### Exercise requirements
Below are several entries. Transcribe exactly those lines that fall from the one with "v18 (0,4.725,69.25)" through the one with "v20 (0,4.725,-66.75)", end lines included.

**********

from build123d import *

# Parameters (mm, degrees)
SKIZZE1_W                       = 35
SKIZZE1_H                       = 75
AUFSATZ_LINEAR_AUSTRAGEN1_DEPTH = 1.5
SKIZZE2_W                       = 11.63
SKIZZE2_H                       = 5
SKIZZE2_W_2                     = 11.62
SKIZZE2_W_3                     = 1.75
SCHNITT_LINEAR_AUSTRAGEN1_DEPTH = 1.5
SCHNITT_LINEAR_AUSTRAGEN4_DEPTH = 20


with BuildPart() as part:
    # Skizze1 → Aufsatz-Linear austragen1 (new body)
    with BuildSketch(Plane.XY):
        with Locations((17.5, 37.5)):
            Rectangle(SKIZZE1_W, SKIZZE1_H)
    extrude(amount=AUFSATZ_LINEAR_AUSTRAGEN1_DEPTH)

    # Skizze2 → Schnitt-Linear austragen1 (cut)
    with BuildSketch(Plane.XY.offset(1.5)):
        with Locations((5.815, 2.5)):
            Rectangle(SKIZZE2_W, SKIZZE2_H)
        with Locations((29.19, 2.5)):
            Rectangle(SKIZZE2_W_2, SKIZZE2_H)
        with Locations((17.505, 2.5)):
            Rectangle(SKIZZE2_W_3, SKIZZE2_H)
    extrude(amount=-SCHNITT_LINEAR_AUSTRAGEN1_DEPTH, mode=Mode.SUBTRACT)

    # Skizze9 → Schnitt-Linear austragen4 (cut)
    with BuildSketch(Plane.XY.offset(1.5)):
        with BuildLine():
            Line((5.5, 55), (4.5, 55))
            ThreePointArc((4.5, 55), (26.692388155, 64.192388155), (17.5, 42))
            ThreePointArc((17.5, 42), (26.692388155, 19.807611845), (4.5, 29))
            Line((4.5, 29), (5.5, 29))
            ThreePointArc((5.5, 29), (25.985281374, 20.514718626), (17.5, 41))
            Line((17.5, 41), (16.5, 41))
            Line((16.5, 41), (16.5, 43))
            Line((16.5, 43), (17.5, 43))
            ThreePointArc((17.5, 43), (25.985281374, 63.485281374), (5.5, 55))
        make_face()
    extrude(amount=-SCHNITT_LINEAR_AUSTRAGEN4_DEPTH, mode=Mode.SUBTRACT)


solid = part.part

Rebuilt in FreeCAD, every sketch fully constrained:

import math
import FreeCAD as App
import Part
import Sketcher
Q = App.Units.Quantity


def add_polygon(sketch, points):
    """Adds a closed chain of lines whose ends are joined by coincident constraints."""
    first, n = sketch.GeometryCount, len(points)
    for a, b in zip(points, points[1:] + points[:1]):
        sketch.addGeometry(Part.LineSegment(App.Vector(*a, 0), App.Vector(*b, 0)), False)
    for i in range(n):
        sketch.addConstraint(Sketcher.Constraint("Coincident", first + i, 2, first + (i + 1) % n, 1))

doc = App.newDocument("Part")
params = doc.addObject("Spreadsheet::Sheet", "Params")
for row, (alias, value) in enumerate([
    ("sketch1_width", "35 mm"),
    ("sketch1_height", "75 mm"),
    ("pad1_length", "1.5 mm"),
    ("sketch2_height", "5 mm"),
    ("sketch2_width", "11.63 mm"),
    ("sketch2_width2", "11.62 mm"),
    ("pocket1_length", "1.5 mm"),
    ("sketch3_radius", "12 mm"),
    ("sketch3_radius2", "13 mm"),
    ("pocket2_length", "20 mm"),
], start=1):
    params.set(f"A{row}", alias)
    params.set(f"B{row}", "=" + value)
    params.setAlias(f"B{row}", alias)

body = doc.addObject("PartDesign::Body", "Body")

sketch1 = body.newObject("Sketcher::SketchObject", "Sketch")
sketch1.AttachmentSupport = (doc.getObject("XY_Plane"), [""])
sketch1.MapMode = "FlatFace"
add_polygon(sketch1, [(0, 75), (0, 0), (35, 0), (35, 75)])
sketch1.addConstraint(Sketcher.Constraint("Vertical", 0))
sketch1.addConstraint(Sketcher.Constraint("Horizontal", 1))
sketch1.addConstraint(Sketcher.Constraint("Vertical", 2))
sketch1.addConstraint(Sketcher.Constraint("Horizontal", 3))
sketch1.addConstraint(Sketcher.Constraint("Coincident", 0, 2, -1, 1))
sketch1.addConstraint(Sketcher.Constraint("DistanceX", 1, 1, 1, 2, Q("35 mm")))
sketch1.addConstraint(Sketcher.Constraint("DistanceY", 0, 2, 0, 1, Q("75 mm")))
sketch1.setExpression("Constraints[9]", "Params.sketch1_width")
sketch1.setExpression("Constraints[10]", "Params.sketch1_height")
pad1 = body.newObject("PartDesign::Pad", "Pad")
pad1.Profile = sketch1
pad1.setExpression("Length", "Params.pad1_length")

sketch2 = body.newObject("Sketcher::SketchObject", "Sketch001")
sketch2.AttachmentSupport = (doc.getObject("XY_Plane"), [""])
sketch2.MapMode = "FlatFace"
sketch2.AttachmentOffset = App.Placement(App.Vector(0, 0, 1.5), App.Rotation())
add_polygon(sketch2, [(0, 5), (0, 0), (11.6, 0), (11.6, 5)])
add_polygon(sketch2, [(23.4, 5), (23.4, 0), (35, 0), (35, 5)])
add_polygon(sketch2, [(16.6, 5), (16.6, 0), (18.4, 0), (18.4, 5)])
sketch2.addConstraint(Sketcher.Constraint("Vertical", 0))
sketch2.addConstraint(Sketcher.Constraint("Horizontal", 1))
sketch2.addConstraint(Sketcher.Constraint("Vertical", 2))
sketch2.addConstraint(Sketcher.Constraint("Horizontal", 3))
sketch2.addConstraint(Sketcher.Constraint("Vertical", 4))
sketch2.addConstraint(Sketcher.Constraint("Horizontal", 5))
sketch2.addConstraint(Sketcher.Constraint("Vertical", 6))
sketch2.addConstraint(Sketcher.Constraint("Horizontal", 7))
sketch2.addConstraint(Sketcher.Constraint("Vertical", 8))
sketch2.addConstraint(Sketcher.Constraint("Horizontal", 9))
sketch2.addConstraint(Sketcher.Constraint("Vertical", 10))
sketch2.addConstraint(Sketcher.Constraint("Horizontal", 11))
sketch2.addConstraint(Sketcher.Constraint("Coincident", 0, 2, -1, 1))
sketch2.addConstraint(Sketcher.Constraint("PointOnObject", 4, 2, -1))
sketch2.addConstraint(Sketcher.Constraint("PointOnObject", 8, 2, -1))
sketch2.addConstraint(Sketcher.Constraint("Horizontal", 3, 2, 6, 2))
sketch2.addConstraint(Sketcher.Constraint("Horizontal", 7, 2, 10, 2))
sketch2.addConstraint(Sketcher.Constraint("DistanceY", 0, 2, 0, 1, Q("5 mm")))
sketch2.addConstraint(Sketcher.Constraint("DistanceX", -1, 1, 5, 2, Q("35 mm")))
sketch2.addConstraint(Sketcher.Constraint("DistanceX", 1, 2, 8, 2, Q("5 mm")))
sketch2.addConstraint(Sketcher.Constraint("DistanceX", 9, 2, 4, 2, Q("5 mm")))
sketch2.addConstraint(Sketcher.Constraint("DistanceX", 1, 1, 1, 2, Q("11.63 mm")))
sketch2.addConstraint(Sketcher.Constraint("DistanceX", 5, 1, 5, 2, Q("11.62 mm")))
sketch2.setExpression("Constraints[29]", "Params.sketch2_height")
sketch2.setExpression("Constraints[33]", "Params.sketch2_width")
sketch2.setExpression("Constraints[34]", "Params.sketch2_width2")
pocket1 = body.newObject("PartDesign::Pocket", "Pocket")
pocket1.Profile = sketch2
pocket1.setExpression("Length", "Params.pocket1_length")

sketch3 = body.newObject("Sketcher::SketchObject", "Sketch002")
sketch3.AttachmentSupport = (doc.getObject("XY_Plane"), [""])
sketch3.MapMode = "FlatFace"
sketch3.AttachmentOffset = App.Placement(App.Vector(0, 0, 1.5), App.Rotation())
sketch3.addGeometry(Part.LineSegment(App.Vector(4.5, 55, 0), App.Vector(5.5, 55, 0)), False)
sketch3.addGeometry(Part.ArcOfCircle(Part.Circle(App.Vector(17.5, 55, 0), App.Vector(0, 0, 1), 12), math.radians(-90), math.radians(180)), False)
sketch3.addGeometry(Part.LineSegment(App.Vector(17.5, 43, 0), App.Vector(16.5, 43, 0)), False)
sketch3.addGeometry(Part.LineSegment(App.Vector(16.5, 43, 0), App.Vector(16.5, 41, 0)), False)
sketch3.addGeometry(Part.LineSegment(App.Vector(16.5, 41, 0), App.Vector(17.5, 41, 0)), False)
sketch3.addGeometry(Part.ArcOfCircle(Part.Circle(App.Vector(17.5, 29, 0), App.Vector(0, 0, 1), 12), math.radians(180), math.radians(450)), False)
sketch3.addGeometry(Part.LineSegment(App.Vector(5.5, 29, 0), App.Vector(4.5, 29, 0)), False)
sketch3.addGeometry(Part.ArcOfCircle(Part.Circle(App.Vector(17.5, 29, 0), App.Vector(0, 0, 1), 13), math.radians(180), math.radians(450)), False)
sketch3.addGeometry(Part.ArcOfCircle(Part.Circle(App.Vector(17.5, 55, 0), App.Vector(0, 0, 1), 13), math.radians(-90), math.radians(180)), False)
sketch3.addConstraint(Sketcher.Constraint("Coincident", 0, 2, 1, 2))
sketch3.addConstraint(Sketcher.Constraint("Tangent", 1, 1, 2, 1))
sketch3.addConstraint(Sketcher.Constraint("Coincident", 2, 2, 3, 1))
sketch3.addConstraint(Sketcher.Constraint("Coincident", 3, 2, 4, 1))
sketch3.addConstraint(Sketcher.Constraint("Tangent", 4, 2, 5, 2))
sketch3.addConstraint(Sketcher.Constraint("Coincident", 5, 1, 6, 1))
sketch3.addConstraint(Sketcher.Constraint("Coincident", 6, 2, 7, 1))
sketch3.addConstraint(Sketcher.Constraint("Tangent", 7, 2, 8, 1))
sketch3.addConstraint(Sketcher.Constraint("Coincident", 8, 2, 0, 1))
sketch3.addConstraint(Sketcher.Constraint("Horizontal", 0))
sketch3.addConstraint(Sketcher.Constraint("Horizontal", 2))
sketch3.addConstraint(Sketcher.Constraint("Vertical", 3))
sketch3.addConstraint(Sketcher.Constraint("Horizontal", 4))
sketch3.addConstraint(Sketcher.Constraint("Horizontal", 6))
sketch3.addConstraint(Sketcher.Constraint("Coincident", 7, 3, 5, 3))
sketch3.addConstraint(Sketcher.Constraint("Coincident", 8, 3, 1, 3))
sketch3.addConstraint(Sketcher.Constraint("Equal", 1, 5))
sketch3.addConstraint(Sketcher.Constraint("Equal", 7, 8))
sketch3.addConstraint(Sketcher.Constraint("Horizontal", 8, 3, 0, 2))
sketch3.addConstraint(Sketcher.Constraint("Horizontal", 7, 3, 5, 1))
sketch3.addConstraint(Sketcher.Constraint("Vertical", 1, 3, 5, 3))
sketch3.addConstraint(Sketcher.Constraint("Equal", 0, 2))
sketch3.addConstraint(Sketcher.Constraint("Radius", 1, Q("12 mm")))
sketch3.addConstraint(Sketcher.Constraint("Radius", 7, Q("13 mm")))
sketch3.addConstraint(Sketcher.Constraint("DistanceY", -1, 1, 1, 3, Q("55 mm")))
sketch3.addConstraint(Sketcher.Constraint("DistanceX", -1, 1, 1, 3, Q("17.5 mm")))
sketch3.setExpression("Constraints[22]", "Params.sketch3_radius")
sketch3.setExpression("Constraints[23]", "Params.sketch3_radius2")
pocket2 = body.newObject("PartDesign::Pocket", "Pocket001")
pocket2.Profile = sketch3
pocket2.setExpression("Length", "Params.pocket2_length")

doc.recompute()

**********

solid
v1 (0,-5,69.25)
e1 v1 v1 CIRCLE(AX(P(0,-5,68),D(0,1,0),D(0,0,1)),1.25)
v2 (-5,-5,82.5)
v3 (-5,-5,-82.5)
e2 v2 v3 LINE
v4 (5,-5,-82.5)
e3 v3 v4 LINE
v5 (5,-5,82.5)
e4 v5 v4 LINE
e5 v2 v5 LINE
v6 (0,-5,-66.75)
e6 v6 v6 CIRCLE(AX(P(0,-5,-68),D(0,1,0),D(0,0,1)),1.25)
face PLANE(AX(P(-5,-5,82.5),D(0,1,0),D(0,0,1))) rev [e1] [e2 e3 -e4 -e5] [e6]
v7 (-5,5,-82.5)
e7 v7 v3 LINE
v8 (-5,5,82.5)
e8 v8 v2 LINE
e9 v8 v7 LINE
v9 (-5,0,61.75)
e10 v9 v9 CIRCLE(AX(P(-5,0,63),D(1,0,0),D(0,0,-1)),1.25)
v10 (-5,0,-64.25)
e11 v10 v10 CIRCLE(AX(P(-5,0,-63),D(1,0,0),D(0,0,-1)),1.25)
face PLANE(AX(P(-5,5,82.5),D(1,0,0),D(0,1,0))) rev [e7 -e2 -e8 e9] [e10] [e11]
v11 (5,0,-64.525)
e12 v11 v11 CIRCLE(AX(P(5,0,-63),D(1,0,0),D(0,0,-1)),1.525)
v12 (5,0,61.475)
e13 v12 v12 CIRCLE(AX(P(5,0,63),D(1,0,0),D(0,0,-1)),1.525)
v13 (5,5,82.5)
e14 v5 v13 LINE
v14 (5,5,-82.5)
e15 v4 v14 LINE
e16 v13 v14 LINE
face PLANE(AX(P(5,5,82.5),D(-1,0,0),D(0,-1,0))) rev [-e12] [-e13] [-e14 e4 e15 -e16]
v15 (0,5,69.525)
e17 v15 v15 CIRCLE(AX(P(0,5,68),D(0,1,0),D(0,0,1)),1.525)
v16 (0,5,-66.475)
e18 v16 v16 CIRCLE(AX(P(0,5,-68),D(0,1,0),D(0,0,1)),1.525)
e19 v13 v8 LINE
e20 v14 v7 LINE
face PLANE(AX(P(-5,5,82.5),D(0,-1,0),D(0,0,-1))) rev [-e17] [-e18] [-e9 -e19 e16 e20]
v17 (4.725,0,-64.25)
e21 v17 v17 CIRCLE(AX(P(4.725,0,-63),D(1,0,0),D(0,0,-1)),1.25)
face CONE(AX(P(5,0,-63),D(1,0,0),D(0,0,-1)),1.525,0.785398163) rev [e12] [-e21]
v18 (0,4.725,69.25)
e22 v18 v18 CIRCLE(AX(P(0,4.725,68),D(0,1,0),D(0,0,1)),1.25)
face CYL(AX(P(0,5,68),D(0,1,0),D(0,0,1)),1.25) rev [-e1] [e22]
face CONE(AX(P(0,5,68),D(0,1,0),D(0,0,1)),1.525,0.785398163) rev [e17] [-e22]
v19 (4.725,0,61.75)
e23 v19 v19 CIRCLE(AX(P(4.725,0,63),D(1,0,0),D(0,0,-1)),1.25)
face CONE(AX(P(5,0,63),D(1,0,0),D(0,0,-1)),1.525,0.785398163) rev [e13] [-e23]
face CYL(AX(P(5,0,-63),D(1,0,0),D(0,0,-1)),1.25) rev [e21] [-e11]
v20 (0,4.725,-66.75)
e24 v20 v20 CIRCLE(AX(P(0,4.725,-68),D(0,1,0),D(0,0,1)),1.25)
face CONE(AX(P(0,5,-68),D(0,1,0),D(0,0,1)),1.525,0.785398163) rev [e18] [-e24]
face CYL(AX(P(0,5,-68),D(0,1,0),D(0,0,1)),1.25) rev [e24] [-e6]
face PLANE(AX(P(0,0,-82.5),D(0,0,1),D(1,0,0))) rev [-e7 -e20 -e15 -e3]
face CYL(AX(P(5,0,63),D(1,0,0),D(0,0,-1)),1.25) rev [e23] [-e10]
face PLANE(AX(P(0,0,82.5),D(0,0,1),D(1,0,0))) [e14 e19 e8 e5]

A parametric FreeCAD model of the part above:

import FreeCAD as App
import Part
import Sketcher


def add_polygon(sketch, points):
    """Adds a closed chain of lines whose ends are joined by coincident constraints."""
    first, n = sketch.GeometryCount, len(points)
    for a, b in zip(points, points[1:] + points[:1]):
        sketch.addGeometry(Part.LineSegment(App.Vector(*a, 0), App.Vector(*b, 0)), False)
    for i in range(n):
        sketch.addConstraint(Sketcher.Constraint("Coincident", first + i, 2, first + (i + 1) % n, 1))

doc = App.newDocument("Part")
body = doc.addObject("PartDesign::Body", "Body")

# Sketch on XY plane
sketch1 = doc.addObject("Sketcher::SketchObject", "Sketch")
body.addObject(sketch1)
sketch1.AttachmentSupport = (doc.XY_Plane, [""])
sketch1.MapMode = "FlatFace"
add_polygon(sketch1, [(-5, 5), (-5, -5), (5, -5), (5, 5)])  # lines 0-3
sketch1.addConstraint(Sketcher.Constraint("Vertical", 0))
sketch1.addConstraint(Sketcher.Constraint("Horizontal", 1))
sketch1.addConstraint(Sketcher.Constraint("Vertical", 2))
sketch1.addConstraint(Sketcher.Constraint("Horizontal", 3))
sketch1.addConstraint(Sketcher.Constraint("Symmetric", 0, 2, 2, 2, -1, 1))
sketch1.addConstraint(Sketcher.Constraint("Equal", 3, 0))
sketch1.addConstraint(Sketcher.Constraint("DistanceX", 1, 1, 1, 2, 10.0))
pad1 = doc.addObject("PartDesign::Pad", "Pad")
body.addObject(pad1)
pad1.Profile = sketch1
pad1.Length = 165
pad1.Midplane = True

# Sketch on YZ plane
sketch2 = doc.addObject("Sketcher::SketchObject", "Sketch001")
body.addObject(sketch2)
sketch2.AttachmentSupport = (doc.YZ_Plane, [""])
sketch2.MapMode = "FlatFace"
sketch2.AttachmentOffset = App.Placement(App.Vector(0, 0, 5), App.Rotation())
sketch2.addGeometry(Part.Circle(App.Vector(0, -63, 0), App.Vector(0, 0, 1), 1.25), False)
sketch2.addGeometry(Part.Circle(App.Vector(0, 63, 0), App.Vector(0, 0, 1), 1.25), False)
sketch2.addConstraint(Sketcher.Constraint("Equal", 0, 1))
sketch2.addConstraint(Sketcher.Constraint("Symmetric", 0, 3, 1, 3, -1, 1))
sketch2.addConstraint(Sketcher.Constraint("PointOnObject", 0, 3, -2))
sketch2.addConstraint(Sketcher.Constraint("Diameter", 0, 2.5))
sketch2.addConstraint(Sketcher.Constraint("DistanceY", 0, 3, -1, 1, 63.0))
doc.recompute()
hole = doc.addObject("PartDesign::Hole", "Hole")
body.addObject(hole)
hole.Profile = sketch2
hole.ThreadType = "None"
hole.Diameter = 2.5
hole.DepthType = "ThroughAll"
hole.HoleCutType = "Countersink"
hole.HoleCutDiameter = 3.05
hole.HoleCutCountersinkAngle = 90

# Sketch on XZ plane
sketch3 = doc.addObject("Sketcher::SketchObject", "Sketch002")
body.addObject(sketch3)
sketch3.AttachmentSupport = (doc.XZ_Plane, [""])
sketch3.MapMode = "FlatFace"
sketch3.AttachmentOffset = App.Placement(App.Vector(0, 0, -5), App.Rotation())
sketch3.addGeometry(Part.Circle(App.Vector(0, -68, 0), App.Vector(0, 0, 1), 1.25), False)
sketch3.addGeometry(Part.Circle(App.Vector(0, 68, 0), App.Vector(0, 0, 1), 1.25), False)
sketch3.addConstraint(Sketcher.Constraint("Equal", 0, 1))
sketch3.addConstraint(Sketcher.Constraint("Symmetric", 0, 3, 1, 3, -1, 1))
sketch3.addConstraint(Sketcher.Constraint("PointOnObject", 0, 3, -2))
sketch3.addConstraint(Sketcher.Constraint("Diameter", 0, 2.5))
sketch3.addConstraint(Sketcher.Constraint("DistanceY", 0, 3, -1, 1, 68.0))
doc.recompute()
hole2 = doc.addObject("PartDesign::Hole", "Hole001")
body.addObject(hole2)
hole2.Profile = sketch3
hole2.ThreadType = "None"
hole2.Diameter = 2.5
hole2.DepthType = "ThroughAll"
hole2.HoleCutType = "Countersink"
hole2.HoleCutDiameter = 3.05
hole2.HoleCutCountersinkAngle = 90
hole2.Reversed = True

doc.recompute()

**********

### Solution to the problem
v18 (0,4.725,69.25)
e22 v18 v18 CIRCLE(AX(P(0,4.725,68),D(0,1,0),D(0,0,1)),1.25)
face CYL(AX(P(0,5,68),D(0,1,0),D(0,0,1)),1.25) rev [-e1] [e22]
face CONE(AX(P(0,5,68),D(0,1,0),D(0,0,1)),1.525,0.785398163) rev [e17] [-e22]
v19 (4.725,0,61.75)
e23 v19 v19 CIRCLE(AX(P(4.725,0,63),D(1,0,0),D(0,0,-1)),1.25)
face CONE(AX(P(5,0,63),D(1,0,0),D(0,0,-1)),1.525,0.785398163) rev [e13] [-e23]
face CYL(AX(P(5,0,-63),D(1,0,0),D(0,0,-1)),1.25) rev [e21] [-e11]
v20 (0,4.725,-66.75)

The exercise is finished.